Call them if their web page doesn't answer all your questions.
My membership with AAA gave me all maps I will ever need and 
camp books for every area.   KOA camps are all over US & Canada.
They also provide books and have a great web site where you can reserve online.
Have your RV checked out totally before take off.
When you call the camps you can ask about the roads, but I don't think it should be a problem.
Have fun & Good Luck.
Don't get discouraged by some people, who think they have a
market for their cutsy poopsie.
Mallory


quote:_Originally posted by carm_

We will be driving a 25 foot RV at the end of Sept. and Oct. and plan to visit Utah, Wyoming, Colorado, Arizona, and New Mexico.  We plan to visit the national  parks, like Yellowstone, Grand Canyon, Mesa Verde, etc. and drive over the rockies.  Will we have trouble driving some of these roads?  Will the RV campsites be full at this time of year and do I have to make reservations, and if so, how far in advance?  Do you recommend joining a club like Passport America or Good Sam?  Are there good books someone can recommend about the roads and about RV sites.


----------



## carm (May 11, 2005)

Rv info for condition of roads and RV sites

I did look back, but the discussion was about cars pulling trailers, not about a 25 foot RV.  I am trying to determine if using an 25 foot RV means that there are certain roads that will be too steep to go on.  Also there was no discussion about whether one had to make reservations in advance at the end of Sept. and Oct.

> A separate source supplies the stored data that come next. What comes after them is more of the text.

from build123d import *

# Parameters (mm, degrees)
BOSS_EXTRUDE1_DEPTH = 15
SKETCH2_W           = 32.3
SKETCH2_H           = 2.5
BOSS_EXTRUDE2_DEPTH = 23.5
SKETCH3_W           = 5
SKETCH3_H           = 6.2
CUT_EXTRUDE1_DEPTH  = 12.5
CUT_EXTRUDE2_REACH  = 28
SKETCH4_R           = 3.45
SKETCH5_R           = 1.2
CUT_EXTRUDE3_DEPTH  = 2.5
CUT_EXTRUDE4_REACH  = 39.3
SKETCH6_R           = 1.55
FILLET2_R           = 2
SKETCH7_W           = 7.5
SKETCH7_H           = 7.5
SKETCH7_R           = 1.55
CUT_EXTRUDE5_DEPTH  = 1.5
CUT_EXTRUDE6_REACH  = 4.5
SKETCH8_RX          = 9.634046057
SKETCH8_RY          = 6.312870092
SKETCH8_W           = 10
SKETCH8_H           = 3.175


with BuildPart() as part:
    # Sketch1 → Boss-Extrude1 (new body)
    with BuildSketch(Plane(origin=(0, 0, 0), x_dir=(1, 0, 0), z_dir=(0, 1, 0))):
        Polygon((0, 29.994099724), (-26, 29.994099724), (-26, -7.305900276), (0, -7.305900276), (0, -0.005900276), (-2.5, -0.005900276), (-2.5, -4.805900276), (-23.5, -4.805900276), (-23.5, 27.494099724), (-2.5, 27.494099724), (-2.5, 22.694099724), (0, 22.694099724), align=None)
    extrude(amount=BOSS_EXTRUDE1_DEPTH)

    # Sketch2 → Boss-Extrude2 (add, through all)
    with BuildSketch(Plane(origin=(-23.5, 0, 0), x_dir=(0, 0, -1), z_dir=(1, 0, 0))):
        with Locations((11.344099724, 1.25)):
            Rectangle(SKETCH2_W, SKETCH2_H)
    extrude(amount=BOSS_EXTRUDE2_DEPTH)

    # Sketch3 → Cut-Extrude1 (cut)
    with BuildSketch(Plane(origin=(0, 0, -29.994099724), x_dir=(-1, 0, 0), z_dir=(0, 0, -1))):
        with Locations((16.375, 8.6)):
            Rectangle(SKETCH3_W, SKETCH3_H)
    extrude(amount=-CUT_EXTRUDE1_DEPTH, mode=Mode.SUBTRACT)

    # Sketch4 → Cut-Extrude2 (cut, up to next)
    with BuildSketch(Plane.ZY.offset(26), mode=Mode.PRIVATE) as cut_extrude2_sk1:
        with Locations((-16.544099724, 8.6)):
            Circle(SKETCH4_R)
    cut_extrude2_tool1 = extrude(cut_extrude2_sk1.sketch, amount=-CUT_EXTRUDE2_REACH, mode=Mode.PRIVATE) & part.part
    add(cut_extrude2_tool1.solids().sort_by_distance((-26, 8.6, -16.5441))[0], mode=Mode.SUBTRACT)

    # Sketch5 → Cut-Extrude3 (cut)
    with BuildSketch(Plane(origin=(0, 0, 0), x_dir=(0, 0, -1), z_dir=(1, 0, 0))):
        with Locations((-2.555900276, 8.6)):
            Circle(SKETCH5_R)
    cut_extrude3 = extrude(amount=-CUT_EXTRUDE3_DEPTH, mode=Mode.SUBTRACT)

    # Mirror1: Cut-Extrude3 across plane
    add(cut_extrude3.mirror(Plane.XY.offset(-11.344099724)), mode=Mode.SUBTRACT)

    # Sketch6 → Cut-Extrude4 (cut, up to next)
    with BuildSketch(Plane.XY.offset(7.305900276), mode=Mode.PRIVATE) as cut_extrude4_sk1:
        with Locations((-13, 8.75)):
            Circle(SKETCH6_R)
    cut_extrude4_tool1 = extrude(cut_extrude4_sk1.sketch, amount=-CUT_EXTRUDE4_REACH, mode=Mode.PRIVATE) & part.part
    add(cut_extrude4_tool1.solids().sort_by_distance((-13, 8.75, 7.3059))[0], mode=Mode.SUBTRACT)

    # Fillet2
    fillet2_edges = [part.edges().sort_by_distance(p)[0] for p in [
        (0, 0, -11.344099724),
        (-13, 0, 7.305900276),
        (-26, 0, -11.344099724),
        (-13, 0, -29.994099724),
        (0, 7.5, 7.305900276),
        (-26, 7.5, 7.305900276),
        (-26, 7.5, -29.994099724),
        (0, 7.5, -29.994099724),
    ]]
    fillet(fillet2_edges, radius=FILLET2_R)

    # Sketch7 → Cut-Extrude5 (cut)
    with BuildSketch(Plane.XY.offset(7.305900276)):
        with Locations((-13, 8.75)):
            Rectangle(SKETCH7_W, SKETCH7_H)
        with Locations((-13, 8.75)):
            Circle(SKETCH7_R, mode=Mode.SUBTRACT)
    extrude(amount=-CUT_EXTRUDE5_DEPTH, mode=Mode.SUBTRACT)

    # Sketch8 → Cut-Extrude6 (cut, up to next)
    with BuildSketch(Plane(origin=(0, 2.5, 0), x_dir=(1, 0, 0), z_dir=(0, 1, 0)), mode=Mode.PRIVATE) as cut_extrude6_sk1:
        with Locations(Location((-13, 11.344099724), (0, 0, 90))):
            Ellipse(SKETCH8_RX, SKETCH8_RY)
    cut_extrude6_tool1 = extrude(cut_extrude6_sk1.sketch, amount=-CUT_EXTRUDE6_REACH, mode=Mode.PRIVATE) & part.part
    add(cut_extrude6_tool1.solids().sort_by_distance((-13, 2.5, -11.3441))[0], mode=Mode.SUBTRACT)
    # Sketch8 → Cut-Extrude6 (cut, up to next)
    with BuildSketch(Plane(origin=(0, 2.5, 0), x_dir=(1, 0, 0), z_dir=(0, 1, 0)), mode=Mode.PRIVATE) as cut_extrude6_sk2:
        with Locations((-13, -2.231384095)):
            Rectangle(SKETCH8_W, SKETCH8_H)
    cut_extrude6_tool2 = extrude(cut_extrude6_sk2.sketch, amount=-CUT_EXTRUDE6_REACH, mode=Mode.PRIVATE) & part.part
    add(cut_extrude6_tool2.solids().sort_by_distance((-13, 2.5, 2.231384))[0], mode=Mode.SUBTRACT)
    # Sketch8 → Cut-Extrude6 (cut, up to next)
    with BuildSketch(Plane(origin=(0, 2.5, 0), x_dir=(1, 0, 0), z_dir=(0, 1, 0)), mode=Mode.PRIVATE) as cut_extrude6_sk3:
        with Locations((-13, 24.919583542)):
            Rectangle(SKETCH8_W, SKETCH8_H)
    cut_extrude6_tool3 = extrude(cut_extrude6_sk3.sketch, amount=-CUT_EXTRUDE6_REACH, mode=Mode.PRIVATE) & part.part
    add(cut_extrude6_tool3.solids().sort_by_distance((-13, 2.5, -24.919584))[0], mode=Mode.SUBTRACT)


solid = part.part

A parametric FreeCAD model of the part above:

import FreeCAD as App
import Part
import Sketcher

V = App.Vector
Q = App.Units.Quantity


def edges_at(feature, points):
    """Names of the edges that pass closest to the given points."""
    edges = feature.Shape.Edges
    near = lambda p: min(range(len(edges)), key=lambda i: edges[i].distToShape(Part.Vertex(*p))[0])
    return sorted({f"Edge{near(p) + 1}" for p in points})


def add_polygon(sketch, points):
    """Adds a closed chain of lines whose ends are joined by coincident constraints."""
    first, n = sketch.GeometryCount, len(points)
    for a, b in zip(points, points[1:] + points[:1]):
        sketch.addGeometry(Part.LineSegment(App.Vector(*a, 0), App.Vector(*b, 0)), False)
    for i in range(n):
        sketch.addConstraint(Sketcher.Constraint("Coincident", first + i, 2, first + (i + 1) % n, 1))

doc = App.newDocument("Part")
body = doc.addObject("PartDesign::Body", "Body")

# Sketch on XZ plane
sketch1 = doc.addObject("Sketcher::SketchObject", "Sketch")
body.addObject(sketch1)
sketch1.AttachmentSupport = (doc.XZ_Plane, [""])
sketch1.MapMode = "FlatFace"
add_polygon(sketch1, [(0, -30), (-26, -30), (-26, 7.3), (0, 7.3), (0, 0), (-2.5, 0), (-2.5, 4.8), (-23.5, 4.8), (-23.5, -27.5), (-2.5, -27.5), (-2.5, -22.7), (0, -22.7)])  # lines 0-11
sketch1.addConstraint(Sketcher.Constraint("Horizontal", 0))
sketch1.addConstraint(Sketcher.Constraint("Vertical", 1))
sketch1.addConstraint(Sketcher.Constraint("Horizontal", 2))
sketch1.addConstraint(Sketcher.Constraint("Vertical", 3))
sketch1.addConstraint(Sketcher.Constraint("Horizontal", 4))
sketch1.addConstraint(Sketcher.Constraint("Vertical", 5))
sketch1.addConstraint(Sketcher.Constraint("Horizontal", 6))
sketch1.addConstraint(Sketcher.Constraint("Vertical", 7))
sketch1.addConstraint(Sketcher.Constraint("Horizontal", 8))
sketch1.addConstraint(Sketcher.Constraint("Vertical", 9))
sketch1.addConstraint(Sketcher.Constraint("Horizontal", 10))
sketch1.addConstraint(Sketcher.Constraint("Vertical", 11))
sketch1.addConstraint(Sketcher.Constraint("PointOnObject", 2, 2, -2))
sketch1.addConstraint(Sketcher.Constraint("PointOnObject", 10, 2, -2))
sketch1.addConstraint(Sketcher.Constraint("Vertical", 5, 2, 8, 2))
sketch1.addConstraint(Sketcher.Constraint("Equal", 5, 9))
sketch1.addConstraint(Sketcher.Constraint("Equal", 3, 11))
sketch1.addConstraint(Sketcher.Constraint("DistanceX", 0, 2, 0, 1, Q("26 mm")))
sketch1.addConstraint(Sketcher.Constraint("DistanceX", 6, 2, 6, 1, Q("21 mm")))
sketch1.addConstraint(Sketcher.Constraint("DistanceX", 4, 2, 4, 1, Q("2.5 mm")))
sketch1.addConstraint(Sketcher.Constraint("DistanceY", 1, 1, 1, 2, Q("37.3 mm")))
sketch1.addConstraint(Sketcher.Constraint("DistanceY", 3, 2, 3, 1, Q("7.3 mm")))
sketch1.addConstraint(Sketcher.Constraint("DistanceY", 5, 1, 5, 2, Q("4.8 mm")))
sketch1.addConstraint(Sketcher.Constraint("DistanceY", 0, 2, -1, 1, Q("29.9941 mm")))
pad1 = doc.addObject("PartDesign::Pad", "Pad")
body.addObject(pad1)
pad1.Profile = sketch1
pad1.Length = 15
pad1.Reversed = True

I have another question.  Can one park one's RV anywhere in the west, if I don't need a hookup.  In the east, there are strict rules about where one can park.


----------



## carm (May 11, 2005)

Rv info for condition of roads and RV sites

Why Good Sam and KOA campgrounds instead of Passport America?  Passport America seems to offer a 50% discount, while the other two offer only a 10% discount.  Is it that Passport America does not hae that many campsites in its organization?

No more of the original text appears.